The availability of health insurance benefits was improved for the unemployed and for those working part-time, 1 million households aged 60 and above not subject to income tax were exempted from both the T.V. license fee and property tax, and local taxation was removed for 1.5 million old seniors. New rights for immigrants were introduced, and a special entry pathway for those who had held union or political office was set up as a means of increasing access to the ENA; an elite political academy. Capital punishment was also brought to an end, along with high security wings in prisons and a state security court. Homebuilding was encouraged, and the maximum duration of unemployment insurance was extended.

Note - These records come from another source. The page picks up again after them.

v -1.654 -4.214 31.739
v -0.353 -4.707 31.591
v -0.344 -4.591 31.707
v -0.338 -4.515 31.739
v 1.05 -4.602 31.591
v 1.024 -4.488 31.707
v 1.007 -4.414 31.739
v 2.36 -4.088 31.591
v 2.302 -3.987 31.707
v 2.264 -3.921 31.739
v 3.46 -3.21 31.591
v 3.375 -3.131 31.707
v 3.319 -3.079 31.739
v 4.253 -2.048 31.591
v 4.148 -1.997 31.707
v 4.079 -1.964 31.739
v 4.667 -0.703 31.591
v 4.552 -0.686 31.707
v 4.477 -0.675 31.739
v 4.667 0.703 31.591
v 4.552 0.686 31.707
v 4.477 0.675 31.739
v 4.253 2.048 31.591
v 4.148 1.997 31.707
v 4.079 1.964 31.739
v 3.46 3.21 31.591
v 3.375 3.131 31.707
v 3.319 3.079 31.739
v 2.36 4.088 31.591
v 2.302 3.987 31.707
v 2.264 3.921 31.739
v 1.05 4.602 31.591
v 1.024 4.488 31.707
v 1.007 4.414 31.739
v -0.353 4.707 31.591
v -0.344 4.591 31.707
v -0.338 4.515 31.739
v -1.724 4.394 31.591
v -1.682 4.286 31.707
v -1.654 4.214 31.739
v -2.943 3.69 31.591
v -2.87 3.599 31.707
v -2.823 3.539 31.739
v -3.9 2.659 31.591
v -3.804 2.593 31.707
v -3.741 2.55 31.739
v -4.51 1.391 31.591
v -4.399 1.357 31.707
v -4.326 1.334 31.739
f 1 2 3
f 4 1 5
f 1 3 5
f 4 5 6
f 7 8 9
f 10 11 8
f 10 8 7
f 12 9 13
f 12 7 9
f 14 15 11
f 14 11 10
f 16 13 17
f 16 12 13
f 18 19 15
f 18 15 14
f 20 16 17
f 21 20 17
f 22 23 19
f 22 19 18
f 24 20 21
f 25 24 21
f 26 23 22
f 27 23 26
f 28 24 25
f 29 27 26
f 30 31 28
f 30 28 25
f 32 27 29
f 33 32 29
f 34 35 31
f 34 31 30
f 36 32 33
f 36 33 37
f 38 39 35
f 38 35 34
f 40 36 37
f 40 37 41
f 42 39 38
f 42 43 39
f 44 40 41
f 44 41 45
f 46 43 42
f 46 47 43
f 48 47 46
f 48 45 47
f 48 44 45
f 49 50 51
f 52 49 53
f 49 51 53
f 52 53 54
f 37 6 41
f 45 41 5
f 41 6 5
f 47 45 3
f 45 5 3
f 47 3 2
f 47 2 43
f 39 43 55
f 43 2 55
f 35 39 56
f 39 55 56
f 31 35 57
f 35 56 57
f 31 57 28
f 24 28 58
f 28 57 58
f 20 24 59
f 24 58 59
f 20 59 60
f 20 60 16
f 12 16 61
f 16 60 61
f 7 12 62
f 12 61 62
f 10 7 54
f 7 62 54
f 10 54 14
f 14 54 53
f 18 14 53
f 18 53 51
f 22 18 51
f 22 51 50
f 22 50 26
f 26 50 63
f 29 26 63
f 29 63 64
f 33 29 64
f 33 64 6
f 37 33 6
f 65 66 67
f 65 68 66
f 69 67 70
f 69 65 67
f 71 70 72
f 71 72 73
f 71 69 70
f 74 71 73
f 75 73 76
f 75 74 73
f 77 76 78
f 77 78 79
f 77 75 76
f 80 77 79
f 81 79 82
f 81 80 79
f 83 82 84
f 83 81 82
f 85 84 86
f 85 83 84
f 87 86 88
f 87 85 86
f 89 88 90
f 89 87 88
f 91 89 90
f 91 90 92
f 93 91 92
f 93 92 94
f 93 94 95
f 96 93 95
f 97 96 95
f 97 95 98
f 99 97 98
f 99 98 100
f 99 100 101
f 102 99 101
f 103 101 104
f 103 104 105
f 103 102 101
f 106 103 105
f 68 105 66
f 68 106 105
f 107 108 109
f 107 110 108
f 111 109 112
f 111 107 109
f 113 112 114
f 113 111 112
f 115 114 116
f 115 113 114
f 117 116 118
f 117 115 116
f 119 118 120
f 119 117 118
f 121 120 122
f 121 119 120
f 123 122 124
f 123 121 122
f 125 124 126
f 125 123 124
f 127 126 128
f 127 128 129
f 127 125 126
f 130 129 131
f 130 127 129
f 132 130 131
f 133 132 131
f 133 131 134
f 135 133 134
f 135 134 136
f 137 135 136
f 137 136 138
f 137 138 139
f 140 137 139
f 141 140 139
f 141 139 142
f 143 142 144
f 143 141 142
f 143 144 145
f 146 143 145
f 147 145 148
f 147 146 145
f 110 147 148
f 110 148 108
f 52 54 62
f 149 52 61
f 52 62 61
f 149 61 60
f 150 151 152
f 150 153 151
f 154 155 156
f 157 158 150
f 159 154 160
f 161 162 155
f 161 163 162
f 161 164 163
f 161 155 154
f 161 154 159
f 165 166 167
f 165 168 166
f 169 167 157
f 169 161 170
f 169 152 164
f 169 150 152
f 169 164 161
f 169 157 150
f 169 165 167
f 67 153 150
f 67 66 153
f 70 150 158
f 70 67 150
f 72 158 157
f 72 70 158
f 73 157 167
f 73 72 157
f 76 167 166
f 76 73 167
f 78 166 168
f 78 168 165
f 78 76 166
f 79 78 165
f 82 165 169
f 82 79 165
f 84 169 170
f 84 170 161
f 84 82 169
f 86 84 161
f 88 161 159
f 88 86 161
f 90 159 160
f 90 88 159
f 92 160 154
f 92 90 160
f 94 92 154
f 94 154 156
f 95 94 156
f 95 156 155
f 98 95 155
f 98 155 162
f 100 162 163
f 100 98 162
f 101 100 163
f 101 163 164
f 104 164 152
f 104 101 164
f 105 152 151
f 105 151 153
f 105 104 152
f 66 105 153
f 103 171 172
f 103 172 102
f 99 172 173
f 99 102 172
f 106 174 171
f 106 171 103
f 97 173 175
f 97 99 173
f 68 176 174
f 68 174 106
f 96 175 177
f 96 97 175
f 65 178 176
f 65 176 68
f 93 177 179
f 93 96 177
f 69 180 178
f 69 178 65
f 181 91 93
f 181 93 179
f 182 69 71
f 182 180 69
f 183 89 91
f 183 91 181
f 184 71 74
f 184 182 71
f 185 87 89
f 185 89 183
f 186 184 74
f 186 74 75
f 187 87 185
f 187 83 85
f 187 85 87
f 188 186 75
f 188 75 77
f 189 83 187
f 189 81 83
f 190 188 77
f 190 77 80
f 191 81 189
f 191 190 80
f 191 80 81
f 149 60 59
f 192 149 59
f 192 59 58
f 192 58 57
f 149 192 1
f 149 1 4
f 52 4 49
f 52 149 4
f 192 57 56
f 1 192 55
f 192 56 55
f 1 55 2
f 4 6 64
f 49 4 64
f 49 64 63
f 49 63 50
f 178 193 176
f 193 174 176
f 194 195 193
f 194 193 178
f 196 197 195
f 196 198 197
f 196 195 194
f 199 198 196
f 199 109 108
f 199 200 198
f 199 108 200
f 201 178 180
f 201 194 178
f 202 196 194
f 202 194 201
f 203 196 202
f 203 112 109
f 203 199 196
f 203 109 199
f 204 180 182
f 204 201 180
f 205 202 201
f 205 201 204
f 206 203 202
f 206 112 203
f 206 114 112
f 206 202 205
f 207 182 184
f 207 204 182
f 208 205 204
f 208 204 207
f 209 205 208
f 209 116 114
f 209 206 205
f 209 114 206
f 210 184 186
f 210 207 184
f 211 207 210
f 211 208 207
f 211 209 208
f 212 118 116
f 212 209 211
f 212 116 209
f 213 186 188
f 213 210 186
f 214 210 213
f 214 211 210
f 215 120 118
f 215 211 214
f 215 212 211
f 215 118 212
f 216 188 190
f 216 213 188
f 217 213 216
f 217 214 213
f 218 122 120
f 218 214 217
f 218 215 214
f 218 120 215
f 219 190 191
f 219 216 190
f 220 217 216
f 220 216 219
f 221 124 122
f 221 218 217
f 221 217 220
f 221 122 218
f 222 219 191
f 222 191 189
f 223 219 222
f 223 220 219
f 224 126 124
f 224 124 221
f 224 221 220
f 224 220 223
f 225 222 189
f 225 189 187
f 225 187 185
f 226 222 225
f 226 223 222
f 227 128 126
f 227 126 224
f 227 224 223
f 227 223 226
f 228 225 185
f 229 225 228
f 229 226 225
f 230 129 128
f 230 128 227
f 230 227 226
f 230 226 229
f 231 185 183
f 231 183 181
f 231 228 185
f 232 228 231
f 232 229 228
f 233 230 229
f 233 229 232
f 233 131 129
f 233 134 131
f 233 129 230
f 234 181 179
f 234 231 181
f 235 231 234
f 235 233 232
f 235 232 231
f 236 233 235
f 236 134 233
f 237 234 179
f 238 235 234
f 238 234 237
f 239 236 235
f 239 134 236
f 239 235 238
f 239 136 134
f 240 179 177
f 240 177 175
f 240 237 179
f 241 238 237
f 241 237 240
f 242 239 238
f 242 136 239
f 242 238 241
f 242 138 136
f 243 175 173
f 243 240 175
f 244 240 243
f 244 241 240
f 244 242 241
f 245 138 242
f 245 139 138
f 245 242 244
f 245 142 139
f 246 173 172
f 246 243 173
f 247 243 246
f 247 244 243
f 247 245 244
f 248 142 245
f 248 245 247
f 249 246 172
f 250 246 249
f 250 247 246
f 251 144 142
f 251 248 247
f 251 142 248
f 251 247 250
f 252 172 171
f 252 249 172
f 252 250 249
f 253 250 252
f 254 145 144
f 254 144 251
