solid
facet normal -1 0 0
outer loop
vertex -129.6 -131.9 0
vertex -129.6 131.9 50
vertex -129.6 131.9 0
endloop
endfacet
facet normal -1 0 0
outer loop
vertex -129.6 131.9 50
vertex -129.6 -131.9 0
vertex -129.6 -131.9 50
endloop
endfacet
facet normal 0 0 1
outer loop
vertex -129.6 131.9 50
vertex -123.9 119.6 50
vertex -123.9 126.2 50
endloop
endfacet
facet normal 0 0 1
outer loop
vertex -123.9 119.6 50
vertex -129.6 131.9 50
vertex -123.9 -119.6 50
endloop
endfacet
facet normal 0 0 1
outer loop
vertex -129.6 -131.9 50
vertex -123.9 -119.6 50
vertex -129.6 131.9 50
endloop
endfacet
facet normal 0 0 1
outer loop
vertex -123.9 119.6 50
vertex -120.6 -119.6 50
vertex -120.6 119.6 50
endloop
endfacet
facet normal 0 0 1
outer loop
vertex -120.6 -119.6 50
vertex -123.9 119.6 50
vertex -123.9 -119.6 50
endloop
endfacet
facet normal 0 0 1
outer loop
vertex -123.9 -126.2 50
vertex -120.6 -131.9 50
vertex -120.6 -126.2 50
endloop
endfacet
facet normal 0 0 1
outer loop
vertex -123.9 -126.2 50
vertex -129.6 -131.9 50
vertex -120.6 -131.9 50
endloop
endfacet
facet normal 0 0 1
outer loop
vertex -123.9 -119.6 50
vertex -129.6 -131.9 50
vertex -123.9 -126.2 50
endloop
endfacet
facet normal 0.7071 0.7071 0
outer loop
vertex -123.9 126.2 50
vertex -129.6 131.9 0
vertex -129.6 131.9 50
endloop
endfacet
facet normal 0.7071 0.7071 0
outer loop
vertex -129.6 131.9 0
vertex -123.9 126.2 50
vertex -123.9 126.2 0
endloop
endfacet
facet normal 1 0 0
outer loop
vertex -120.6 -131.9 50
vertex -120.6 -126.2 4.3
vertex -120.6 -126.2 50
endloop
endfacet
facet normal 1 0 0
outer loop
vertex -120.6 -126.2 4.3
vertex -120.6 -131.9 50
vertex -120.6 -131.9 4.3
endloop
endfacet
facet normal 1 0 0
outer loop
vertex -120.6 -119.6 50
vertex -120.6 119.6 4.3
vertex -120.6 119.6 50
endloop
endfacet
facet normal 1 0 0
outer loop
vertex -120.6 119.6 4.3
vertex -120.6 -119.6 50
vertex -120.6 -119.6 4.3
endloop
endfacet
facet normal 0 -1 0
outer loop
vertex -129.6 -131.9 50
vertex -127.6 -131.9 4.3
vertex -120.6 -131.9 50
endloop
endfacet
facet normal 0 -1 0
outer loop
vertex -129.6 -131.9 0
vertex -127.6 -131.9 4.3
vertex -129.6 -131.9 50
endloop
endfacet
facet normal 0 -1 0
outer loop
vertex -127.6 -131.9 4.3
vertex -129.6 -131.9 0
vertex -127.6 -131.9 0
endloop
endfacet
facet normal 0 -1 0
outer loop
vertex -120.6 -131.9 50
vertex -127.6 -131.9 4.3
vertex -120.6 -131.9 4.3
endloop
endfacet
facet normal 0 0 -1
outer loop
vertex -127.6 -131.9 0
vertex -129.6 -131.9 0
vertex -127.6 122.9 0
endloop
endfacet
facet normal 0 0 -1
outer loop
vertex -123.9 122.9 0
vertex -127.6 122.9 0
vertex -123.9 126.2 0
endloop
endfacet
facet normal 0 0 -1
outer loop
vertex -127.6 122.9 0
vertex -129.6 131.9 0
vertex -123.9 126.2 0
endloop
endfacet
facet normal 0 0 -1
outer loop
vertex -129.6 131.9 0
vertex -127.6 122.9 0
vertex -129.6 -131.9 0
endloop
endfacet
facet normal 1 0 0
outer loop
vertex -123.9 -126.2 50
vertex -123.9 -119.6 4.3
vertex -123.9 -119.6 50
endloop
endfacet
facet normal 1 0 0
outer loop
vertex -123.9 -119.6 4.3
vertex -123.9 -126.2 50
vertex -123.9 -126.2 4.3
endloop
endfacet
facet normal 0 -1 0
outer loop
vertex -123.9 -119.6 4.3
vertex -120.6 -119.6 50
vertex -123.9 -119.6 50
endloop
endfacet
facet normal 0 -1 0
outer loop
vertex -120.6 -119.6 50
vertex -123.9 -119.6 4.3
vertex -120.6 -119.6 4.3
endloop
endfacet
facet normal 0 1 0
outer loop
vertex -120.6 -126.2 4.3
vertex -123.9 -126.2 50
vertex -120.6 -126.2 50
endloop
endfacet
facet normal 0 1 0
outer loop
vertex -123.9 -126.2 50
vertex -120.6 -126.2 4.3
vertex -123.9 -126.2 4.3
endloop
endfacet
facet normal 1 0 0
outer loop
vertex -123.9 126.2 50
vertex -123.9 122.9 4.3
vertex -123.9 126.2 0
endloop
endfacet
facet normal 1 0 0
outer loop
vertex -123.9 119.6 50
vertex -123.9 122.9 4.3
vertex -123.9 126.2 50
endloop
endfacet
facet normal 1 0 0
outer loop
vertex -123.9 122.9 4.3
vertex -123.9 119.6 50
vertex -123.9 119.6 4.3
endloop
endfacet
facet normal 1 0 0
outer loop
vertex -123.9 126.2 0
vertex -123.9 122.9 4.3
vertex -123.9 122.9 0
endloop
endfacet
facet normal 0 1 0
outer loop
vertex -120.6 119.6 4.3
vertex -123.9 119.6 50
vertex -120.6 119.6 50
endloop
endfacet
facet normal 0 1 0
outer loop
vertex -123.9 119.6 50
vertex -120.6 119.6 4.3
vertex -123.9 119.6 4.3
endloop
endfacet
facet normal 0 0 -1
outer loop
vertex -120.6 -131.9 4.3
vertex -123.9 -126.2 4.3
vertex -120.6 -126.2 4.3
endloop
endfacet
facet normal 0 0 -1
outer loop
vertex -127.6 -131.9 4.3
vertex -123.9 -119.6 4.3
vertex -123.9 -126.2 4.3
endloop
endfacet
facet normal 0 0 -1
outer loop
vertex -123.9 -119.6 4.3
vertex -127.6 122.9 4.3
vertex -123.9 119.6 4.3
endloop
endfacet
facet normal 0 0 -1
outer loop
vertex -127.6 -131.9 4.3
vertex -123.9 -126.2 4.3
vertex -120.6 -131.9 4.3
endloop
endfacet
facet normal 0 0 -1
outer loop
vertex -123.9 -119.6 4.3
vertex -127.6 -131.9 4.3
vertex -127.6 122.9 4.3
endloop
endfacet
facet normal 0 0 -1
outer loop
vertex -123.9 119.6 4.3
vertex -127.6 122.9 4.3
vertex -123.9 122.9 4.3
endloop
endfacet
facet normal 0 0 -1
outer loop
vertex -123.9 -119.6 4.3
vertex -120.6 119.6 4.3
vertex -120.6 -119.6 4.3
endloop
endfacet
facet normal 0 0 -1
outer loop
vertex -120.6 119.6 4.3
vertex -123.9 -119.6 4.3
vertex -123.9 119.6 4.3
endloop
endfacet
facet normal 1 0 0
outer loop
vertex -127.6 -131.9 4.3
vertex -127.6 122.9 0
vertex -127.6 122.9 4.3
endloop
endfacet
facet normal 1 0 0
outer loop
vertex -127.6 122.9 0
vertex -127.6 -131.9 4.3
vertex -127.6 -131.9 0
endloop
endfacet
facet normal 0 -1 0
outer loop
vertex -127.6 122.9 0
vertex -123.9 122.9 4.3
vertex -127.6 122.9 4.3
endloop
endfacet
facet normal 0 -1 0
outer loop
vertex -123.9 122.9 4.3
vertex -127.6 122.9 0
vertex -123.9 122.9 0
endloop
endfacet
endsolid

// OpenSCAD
// WheresDat — Shelf side wall (left or right), split out from the
// original fused floor+3-walls design in shelf.scad. Large flat floor
// fused to tall thin walls was warping badly — this splits the shelf
// into 4 printed parts (this side wall x2, shelf_back.scad, and
// shelf_floor.scad) so each piece has a much simpler, more uniform
// cross-section.
//
// Runs the full front-to-back depth. The back end is sliced diagonally
// exactly through the post socket's center (not through solid wall
// material) — the socket is always split at exactly 45 degrees here,
// since both the left/right wall and the back wall shift by the same
// wall_thickness in x and y at that corner. shelf_back.scad has the
// matching cut, so the two halves recombine into the full 6.6mm post
// socket once assembled, and the corner post itself pins the seam once
// glued in.
//
// The floor is now shelf_floor.scad, not fused here — this wall's own
// bottom sits flush on the floor's top surface, and a groove is cut
// straight up into the bottom-inner corner from there (not into the
// floor's body) for a raised tongue on shelf_floor.scad's edge to glue
// into. Outer band stays solid the whole way down, same as before.
//
// Supersedes shelf.scad. Not yet rendered/validated — open in the app
// and test-fit one corner (post through both halves' sockets, floor
// glued into the rabbet) before committing to a full run of 8.

/* [Printer] */
max_footprint = 280; // mm

/* [Which side — mirrors the same geometry in x] */
side = "left"; // [left,right]

/* [Post geometry — must match shelf_floor.scad and shelf_back.scad] */
post_size      = 6;   // mm, square cross-section
post_clearance = 0.3; // mm, per-side fit clearance

/* [Footprint — must match shelf_floor.scad and shelf_back.scad] */
post_spacing_x = 241.2; // mm
post_spacing_y = 245.8; // mm

/* [Wall construction — must match shelf_back.scad] */
min_wall       = 3;  // mm
wall_thickness = post_size + min_wall; // 9mm
wall_height    = 50; // mm

/* [Floor tongue groove — must match shelf_back.scad; rabbet_height must
   equal shelf_floor.scad's tongue_height + tongue_clearance] */
floor_thickness  = 4;   // mm — not used for sizing the groove itself (see
                          // rabbet_height below), only kept for reference/
                          // consistency with the other files
rabbet_clearance = 0.3; // mm — this is the TONGUE's clearance (shelf_floor.scad's
                          // tongue_clearance), named for the groove it cuts here
// Bumped up from an initial 6mm — more glue surface, and cheap to give
// since the groove only occupies the low rabbet_height band, not the
// wall's full height. Leaves wall_thickness - rabbet_depth = 2mm of
// solid material outward of the groove in that band, which is fine for a
// short continuous lip (not a thin unsupported column).
rabbet_depth  = 7; // mm, inward from the wall's inner face
// Height of the groove cut UP from this wall's own bottom (which sits on
// the floor's top surface) — must equal shelf_floor.scad's
// tongue_height (4) + tongue_clearance (0.3), NOT floor_thickness.
// Numerically the same (4 + 0.3 = 4.3) purely because that's what was
// picked for both; the groove has nothing to do with floor_thickness.
rabbet_height = 4.3;

assert(rabbet_depth < wall_thickness,
    str("rabbet_depth (", rabbet_depth, "mm) must leave solid wall material outward of the notch (wall_thickness = ", wall_thickness, "mm)"));

// ---------------------------------------------------------------------
// Derived geometry — shouldn't need editing below this line
// ---------------------------------------------------------------------

floor_x = post_spacing_x + 2 * wall_thickness;
floor_y = post_spacing_y + 2 * wall_thickness;

assert(floor_x <= max_footprint,
    str("Shelf X (", floor_x, "mm) exceeds max_footprint (", max_footprint, "mm)"));
assert(floor_y <= max_footprint,
    str("Shelf Y (", floor_y, "mm) exceeds max_footprint (", max_footprint, "mm)"));

half_fx = floor_x / 2;
half_fy = floor_y / 2;

// Inner face x / diagonal cut point — dead center of the back corner's
// post socket, same point used by shelf_back.scad's matching cut.
inner_x = post_spacing_x / 2;
diag_y  = post_spacing_y / 2;

module post_socket(x, y) {
    translate([x, y, wall_height / 2])
        cube([post_size + 2 * post_clearance, post_size + 2 * post_clearance, wall_height + 1], center = true);
}

module floor_rabbet() {
    // Notch along the wall's full straight inner run, front face to the
    // start of the back diagonal. Overshoots both the front face (open
    // part boundary) and the inner face (coincident with the polygon's
    // own edge) by 0.5mm for a clean boolean.
    inner_run_length = floor_y - wall_thickness;
    translate([-half_fx + wall_thickness - rabbet_depth, -half_fy - 0.5, -0.5])
        cube([rabbet_depth + 0.5, inner_run_length + 0.5, rabbet_height + 0.5]);
}

module shelf_side_left() {
    difference() {
        linear_extrude(height = wall_height)
            polygon([
                [-half_fx, -half_fy], // front-outer
                [-half_fx, half_fy],  // back-outer
                [-inner_x, diag_y],   // diagonal cut point = post socket center
                [-inner_x, -half_fy]  // front-inner
            ]);

        post_socket(-inner_x, -diag_y); // front corner
        post_socket(-inner_x, diag_y);  // back corner — this wall's half of the socket

        floor_rabbet();
    }
}

module shelf_side() {
    if (side == "right") {
        mirror([1, 0, 0]) shelf_side_left();
    } else {
        shelf_side_left();
    }
}

shelf_side();
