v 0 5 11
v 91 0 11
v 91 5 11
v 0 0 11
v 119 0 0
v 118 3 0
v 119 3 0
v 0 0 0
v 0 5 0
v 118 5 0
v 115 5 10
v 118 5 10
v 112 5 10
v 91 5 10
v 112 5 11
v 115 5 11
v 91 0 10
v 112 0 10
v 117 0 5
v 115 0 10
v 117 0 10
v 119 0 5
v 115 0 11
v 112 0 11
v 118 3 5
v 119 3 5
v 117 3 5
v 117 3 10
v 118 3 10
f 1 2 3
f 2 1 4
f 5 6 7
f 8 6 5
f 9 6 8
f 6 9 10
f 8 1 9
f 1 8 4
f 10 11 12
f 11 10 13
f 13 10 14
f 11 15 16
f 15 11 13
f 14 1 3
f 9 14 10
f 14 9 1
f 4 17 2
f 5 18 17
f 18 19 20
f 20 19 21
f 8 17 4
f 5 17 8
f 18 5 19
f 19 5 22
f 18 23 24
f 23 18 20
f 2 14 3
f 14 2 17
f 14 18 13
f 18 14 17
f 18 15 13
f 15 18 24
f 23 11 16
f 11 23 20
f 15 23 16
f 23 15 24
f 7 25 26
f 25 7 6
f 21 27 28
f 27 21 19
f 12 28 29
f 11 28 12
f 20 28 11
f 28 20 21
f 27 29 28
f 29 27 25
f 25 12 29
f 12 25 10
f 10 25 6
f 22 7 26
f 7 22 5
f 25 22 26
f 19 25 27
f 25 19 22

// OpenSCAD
translate([3.5, 2.5, 5.5]) color([0.05394001775890156, 0.696805048854085, 0.6656296547984208]) cube([7, 5, 11], center=true);
translate([10.5, 2.5, 5.5]) color([0.6485122289860075, 0.5471816206705559, 0.7344166333532061]) cube([7, 5, 11], center=true);
translate([17.5, 2.5, 5.5]) color([0.4306045068871984, 0.45460236437769275, 0.25475221651879554]) cube([7, 5, 11], center=true);
translate([24.5, 2.5, 5.5]) color([0.47565246533915095, 0.3371942584654095, 0.04223511400675217]) cube([7, 5, 11], center=true);
translate([31.5, 2.5, 5.5]) color([0.05255331220371673, 0.34980223330761895, 0.2898096938030986]) cube([7, 5, 11], center=true);
translate([38.5, 2.5, 5.5]) color([0.007130057665757694, 0.06369015415518986, 0.42774457246440645]) cube([7, 5, 11], center=true);
translate([45.5, 2.5, 5.5]) color([0.22216650821772055, 0.6086379170158094, 0.557768500755667]) cube([7, 5, 11], center=true);
translate([52.5, 2.5, 5.5]) color([0.22097295115667703, 0.19284823789822858, 0.6083188139076446]) cube([7, 5, 11], center=true);
translate([59.5, 2.5, 5.5]) color([0.606354511401297, 0.08562053587131313, 0.31903016062772993]) cube([7, 5, 11], center=true);
translate([66.5, 2.5, 5.5]) color([0.53590115499306, 0.8934753784920533, 0.25549985489866966]) cube([7, 5, 11], center=true);
translate([73.5, 2.5, 5.5]) color([0.5219903070058861, 0.1901317713313112, 0.08011594570868696]) cube([7, 5, 11], center=true);
translate([80.5, 2.5, 5.5]) color([0.8699478397109702, 0.3457472114844995, 0.837290862214726]) cube([7, 5, 11], center=true);
translate([87.5, 2.5, 5.5]) color([0.25127706432840136, 0.7290260027021367, 0.3013213449137814]) cube([7, 5, 11], center=true);
translate([92.5, 2.5, 3.5]) color([0.5169005458056509, 0.38467176448284957, 0.4820846642847386]) cube([3, 5, 7], center=true);
translate([95.5, 2.5, 3.5]) color([0.8719757028853922, 0.2399620044566907, 0.3058147052987177]) cube([3, 5, 7], center=true);
translate([94.5, 2.5, 8.5]) color([0.5519737755681405, 0.009208459116004764, 0.4953005367860557]) cube([7, 5, 3], center=true);
translate([98.5, 2.5, 3.5]) color([0.43819859659275806, 0.9171481192782721, 0.41212019308576986]) cube([3, 5, 7], center=true);
translate([101.5, 2.5, 3.5]) color([0.49358197644734136, 0.44010860560926524, 0.0856157398333921]) cube([3, 5, 7], center=true);
translate([101.5, 2.5, 8.5]) color([0.2411443971002879, 0.8262650576639278, 0.15379567752788093]) cube([7, 5, 3], center=true);
translate([104.5, 2.5, 3.5]) color([0.8842528530898255, 0.2134665283608419, 0.6127566924478359]) cube([3, 5, 7], center=true);
translate([107.5, 2.5, 3.5]) color([0.818008657000479, 0.5590112191053322, 0.8866043301622452]) cube([3, 5, 7], center=true);
translate([110.5, 2.5, 3.5]) color([0.39447102725022787, 0.9589163376419946, 0.24972819156954773]) cube([3, 5, 7], center=true);
translate([108.5, 2.5, 8.5]) color([0.22005049979750413, 0.8404590105346786, 0.2789960200671917]) cube([7, 5, 3], center=true);
translate([113.5, 2.5, 3.5]) color([0.35210354864297055, 0.9946691500756418, 0.10728537706325991]) cube([3, 5, 7], center=true);
translate([113.5, 2.5, 8.0]) color([0.8996256313138141, 0.6100819970747507, 0.7890377134172993]) cube([3, 5, 2], center=true);
translate([113.5, 2.5, 10.0]) color([0.7110679469752405, 0.7774643558396669, 0.5140354678382717]) cube([3, 5, 2], center=true);
translate([116.0, 1.5, 2.5]) color([0.46207744282607, 0.6343562920465169, 0.27254621857246664]) cube([2, 3, 5], center=true);
translate([116.0, 1.5, 7.5]) color([0.016558424522952975, 0.6148716567717017, 0.7119066573597548]) cube([2, 3, 5], center=true);
translate([116.5, 4.0, 2.5]) color([0.17257617960039529, 0.41465974039415787, 0.21806470516739018]) cube([3, 2, 5], center=true);
translate([116.5, 4.0, 7.5]) color([0.8797884787327306, 0.9971497033508181, 0.006439244314443648]) cube([3, 2, 5], center=true);
translate([118.0, 1.5, 2.5]) color([0.5355241113549698, 0.428269623660265, 0.0497703561320445]) cube([2, 3, 5], center=true);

The Deferre Law of 1982 introduced directly elected regional councils. while the Quillot Law of 1982 improved the rights of tenants and the Auroux Laws of 1982 introduced new rights in the workplace. A 1982 transportation law stipulated (as noted by one study) “that the government needs to provide reasonably priced public transport for all citizens.” Also in 1982, the law that governed the age of consent for homosexual activity was reduced from 18 to 15 (as noted by one study) “to match the age of consent for heterosexual activity.” Another law passed in 1982 allowed for the spouses of shopkeepers and artisans (as noted by one study) “to acquire social or work-related entitlements as co-workers, employees or associates.” In 1983 a new minimum contributory pension was introduced, while unemployment compensation was expanded (as noted by one study) “to include workers who had resigned from their jobs.” Also in 1983, the right to deduct child care costs was extended to all children under the age of three, the Loi Roudy provided for equal gender opportunities at work, and a project was introduced for funding economic and social measures in certain housing estates. An Act of January 1984 extended rights to parental leave, and a law of February 1984 encouraged vocational training.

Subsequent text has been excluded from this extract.